**EXERCISE REQUIREMENTS**:
Give back exactly the lines of the data below, starting with the line that has "#281=FACE_BOUND('',#280,.T.);" and going on through the line that has "#297=LINE('',#22,#75);".

(Collected data entries)
....

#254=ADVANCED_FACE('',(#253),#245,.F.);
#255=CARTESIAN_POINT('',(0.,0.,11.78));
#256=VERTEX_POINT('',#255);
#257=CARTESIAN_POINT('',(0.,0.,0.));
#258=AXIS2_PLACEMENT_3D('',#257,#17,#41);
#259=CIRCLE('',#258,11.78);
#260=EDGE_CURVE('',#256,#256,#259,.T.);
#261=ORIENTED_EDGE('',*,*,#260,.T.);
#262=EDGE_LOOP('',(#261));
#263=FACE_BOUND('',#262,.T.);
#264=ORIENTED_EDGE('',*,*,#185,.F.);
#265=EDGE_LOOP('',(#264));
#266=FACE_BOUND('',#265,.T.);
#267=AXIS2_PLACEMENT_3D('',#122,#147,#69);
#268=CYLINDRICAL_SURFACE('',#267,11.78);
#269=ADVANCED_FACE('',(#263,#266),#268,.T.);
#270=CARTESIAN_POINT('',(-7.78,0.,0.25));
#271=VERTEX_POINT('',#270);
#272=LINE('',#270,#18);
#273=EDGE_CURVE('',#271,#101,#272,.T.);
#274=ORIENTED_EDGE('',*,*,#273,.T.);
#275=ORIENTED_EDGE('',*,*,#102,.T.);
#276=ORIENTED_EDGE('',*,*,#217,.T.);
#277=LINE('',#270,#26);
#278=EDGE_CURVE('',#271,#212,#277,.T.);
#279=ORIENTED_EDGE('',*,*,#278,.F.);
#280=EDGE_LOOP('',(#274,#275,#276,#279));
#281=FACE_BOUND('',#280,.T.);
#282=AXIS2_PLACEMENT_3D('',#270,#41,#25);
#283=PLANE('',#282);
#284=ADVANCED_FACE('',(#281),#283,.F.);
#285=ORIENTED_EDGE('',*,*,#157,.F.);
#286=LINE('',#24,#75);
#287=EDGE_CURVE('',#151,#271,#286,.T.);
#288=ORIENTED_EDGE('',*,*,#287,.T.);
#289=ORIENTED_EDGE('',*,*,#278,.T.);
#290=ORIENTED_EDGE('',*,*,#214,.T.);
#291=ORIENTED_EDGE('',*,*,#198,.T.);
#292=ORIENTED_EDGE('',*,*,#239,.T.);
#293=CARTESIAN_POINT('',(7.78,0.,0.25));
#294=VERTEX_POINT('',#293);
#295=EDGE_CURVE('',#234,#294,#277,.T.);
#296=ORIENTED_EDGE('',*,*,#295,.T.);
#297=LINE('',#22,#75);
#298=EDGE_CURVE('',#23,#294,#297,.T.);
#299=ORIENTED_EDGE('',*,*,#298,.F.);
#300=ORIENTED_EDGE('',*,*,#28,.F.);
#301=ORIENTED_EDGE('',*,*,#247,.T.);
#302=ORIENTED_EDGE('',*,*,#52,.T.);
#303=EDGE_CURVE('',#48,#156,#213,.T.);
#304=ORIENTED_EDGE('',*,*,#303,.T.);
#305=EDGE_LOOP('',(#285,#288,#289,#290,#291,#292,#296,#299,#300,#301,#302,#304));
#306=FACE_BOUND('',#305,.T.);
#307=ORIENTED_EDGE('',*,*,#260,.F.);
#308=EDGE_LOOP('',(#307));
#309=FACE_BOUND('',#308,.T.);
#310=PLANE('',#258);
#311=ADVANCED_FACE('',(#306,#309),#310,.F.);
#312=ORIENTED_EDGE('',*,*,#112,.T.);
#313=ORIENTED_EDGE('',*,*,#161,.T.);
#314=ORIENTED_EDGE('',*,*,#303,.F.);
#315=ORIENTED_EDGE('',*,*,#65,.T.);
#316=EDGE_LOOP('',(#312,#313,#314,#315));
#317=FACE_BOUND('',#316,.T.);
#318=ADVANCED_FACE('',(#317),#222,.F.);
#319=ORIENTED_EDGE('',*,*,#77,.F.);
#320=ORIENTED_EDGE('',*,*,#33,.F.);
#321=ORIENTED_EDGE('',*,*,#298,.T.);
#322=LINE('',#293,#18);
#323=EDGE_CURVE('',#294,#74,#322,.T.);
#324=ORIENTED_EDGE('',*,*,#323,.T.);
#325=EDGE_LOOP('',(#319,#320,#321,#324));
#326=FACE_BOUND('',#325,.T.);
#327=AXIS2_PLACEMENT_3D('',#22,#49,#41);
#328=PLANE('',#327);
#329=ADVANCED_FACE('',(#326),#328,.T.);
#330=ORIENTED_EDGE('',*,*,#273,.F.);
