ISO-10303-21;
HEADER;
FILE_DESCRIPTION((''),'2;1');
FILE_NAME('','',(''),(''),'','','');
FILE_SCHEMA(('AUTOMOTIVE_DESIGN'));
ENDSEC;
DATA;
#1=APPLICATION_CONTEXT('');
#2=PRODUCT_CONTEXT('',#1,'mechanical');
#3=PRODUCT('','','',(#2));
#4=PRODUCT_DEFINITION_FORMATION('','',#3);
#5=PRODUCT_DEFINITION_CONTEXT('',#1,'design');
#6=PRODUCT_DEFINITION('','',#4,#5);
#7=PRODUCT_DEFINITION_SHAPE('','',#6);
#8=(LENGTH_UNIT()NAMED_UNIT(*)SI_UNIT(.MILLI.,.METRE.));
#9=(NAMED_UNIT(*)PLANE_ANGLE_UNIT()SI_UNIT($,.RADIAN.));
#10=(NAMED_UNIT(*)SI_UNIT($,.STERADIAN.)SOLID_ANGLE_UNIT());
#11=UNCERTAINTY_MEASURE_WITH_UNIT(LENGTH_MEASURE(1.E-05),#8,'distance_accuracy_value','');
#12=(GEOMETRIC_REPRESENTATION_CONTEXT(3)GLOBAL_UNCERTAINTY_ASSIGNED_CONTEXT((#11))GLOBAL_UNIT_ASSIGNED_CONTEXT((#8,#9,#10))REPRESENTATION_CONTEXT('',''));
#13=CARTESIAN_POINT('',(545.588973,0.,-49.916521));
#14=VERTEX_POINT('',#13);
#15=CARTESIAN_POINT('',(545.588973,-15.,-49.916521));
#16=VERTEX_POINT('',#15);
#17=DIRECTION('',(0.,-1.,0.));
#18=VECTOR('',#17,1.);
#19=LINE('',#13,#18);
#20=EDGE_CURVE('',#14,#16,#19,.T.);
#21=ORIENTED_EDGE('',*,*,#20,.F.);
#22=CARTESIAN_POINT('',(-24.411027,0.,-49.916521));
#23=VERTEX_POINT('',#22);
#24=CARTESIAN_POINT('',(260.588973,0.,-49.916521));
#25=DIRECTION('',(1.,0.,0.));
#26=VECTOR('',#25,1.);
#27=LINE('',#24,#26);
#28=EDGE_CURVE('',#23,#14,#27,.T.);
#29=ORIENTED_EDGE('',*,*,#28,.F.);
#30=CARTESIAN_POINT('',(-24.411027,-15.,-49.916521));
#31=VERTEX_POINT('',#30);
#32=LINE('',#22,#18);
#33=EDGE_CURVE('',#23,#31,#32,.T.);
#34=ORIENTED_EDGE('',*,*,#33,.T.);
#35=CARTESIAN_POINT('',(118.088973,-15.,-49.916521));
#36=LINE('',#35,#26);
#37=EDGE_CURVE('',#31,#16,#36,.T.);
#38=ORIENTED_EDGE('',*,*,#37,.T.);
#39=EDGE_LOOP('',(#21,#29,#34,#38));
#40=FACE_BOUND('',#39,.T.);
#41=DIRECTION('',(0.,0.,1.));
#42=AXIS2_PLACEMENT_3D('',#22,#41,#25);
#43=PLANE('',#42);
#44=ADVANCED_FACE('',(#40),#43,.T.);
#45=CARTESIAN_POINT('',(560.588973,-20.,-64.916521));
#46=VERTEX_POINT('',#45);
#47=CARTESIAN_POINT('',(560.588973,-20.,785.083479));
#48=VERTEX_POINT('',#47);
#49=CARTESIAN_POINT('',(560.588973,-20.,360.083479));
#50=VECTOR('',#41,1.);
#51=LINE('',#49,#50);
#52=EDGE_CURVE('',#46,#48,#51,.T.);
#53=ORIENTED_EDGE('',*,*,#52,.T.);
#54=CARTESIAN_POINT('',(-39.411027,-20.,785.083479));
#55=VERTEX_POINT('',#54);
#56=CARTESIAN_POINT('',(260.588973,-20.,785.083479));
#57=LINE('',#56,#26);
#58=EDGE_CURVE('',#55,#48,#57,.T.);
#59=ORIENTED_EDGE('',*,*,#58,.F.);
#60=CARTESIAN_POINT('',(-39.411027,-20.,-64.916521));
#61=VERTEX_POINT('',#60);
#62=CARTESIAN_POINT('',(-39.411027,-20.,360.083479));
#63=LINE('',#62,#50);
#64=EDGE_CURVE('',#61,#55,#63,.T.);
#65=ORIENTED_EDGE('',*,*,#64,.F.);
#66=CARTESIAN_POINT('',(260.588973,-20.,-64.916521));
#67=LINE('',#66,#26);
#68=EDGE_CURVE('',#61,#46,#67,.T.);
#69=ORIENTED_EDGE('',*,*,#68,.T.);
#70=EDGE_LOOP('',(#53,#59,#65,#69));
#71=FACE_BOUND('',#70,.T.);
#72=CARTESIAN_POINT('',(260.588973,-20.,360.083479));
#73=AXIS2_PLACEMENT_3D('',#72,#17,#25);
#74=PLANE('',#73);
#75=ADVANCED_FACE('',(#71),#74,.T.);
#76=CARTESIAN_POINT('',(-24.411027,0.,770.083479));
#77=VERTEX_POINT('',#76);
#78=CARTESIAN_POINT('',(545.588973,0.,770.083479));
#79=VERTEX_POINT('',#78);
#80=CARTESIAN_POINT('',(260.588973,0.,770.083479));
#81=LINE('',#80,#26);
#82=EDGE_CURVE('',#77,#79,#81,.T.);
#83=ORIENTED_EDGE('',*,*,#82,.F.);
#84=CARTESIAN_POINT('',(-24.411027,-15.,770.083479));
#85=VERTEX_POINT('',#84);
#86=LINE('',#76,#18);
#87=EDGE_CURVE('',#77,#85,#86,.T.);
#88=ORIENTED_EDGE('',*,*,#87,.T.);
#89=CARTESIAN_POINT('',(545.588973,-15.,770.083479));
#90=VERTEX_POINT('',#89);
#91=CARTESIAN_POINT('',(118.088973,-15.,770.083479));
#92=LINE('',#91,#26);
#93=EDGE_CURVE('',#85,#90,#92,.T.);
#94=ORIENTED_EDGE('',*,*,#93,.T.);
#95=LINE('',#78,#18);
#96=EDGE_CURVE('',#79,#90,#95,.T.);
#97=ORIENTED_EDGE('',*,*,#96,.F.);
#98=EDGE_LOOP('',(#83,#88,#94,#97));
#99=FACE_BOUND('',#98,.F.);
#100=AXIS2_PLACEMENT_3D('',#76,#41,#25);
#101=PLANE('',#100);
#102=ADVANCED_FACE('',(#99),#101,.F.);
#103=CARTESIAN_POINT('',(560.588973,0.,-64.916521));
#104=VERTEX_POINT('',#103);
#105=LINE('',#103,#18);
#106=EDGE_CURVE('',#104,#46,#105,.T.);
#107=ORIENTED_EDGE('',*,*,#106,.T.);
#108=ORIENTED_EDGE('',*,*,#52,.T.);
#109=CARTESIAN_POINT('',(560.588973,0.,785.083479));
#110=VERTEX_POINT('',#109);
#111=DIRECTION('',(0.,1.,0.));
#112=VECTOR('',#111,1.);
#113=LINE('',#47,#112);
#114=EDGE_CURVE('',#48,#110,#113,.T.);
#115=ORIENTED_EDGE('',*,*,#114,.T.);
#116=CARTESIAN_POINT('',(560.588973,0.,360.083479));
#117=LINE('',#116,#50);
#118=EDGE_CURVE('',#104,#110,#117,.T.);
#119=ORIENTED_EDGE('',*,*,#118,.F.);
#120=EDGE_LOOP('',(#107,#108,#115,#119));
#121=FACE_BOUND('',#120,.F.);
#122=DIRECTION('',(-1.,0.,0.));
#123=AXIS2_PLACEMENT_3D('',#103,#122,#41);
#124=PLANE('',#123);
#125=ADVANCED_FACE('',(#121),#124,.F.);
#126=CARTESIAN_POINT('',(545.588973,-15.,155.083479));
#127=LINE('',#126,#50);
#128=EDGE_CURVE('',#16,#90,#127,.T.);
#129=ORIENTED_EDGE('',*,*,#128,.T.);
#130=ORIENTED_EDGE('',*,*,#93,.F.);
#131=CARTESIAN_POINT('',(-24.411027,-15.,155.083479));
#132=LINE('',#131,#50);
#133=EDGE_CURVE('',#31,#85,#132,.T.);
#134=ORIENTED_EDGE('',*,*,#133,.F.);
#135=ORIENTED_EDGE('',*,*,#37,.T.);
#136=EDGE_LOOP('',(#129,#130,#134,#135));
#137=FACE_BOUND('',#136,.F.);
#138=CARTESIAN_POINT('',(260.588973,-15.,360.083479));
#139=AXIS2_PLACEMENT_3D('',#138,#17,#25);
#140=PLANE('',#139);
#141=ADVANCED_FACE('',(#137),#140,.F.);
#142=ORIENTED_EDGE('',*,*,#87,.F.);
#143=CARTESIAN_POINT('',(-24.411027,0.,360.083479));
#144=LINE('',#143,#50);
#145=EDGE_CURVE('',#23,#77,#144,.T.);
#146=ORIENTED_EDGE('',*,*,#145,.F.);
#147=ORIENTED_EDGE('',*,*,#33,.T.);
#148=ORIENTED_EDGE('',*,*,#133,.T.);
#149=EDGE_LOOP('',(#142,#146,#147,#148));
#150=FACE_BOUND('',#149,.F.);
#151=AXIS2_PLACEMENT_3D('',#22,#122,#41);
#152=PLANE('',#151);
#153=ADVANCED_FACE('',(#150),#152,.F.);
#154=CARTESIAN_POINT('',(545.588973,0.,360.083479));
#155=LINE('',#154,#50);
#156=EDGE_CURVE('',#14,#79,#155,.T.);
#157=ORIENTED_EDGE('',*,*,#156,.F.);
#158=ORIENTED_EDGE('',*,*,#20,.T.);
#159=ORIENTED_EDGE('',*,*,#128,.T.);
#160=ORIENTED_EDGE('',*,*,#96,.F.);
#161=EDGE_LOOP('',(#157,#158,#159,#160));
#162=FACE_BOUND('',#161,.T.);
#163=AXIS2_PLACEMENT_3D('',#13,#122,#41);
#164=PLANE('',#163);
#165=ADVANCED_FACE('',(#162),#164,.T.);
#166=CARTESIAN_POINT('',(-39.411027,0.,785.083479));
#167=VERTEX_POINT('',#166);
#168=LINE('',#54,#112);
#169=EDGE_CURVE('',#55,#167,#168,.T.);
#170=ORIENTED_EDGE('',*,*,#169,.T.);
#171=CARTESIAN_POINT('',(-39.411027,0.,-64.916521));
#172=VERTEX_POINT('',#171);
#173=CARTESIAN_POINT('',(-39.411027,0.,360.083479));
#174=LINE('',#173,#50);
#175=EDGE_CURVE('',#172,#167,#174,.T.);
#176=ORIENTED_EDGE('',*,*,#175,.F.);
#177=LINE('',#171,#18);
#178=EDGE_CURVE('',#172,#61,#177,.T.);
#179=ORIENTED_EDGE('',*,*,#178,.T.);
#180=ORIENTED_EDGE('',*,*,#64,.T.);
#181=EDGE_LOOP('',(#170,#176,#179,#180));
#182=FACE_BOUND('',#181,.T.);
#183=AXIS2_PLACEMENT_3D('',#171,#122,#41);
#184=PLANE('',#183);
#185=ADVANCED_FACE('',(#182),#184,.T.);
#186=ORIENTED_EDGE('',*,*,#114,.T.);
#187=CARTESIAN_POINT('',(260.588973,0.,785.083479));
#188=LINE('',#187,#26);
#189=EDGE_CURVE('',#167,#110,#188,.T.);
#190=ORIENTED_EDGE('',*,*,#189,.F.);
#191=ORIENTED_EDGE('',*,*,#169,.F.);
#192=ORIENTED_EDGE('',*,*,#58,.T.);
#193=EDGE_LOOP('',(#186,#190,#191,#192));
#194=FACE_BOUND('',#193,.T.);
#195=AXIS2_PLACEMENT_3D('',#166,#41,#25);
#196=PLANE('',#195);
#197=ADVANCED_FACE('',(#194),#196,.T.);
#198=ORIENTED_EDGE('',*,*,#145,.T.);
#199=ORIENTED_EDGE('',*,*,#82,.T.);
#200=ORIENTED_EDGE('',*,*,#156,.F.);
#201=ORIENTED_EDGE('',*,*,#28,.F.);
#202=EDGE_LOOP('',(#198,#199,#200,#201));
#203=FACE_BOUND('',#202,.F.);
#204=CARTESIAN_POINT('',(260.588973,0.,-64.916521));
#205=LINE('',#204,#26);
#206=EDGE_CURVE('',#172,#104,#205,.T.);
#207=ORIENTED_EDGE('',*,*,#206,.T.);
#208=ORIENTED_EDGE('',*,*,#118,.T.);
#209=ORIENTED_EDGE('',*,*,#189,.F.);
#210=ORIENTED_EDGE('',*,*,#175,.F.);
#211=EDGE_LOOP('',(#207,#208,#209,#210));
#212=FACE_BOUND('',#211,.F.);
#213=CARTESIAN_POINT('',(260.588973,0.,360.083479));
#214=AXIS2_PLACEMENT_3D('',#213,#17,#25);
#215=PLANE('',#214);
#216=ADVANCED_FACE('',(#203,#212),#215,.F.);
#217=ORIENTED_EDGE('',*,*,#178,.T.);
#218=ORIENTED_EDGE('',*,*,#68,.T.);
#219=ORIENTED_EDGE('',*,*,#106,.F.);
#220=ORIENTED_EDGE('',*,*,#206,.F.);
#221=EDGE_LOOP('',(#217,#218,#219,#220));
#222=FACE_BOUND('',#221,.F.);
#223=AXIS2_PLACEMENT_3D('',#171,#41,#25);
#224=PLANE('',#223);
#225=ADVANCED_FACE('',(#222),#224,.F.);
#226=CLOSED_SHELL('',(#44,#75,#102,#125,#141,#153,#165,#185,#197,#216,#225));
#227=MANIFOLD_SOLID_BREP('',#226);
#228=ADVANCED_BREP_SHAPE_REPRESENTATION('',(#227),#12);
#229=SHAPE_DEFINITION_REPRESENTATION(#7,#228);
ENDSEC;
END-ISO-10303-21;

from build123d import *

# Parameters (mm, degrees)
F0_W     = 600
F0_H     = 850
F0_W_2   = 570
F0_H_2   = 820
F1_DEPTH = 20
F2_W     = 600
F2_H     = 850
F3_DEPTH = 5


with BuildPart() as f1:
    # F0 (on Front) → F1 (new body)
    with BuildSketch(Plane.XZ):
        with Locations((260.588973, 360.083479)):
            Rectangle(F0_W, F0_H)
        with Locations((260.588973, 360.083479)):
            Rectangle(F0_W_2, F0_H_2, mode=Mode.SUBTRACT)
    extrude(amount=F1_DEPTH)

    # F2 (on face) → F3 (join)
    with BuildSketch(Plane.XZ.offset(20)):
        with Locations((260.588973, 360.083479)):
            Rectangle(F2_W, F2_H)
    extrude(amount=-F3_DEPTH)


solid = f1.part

....

**OUTPUT OF THE TASK**:
#281=FACE_BOUND('',#280,.T.);
#282=AXIS2_PLACEMENT_3D('',#270,#41,#25);
#283=PLANE('',#282);
#284=ADVANCED_FACE('',(#281),#283,.F.);
#285=ORIENTED_EDGE('',*,*,#157,.F.);
#286=LINE('',#24,#75);
#287=EDGE_CURVE('',#151,#271,#286,.T.);
#288=ORIENTED_EDGE('',*,*,#287,.T.);
#289=ORIENTED_EDGE('',*,*,#278,.T.);
#290=ORIENTED_EDGE('',*,*,#214,.T.);
#291=ORIENTED_EDGE('',*,*,#198,.T.);
#292=ORIENTED_EDGE('',*,*,#239,.T.);
#293=CARTESIAN_POINT('',(7.78,0.,0.25));
#294=VERTEX_POINT('',#293);
#295=EDGE_CURVE('',#234,#294,#277,.T.);
#296=ORIENTED_EDGE('',*,*,#295,.T.);
#297=LINE('',#22,#75);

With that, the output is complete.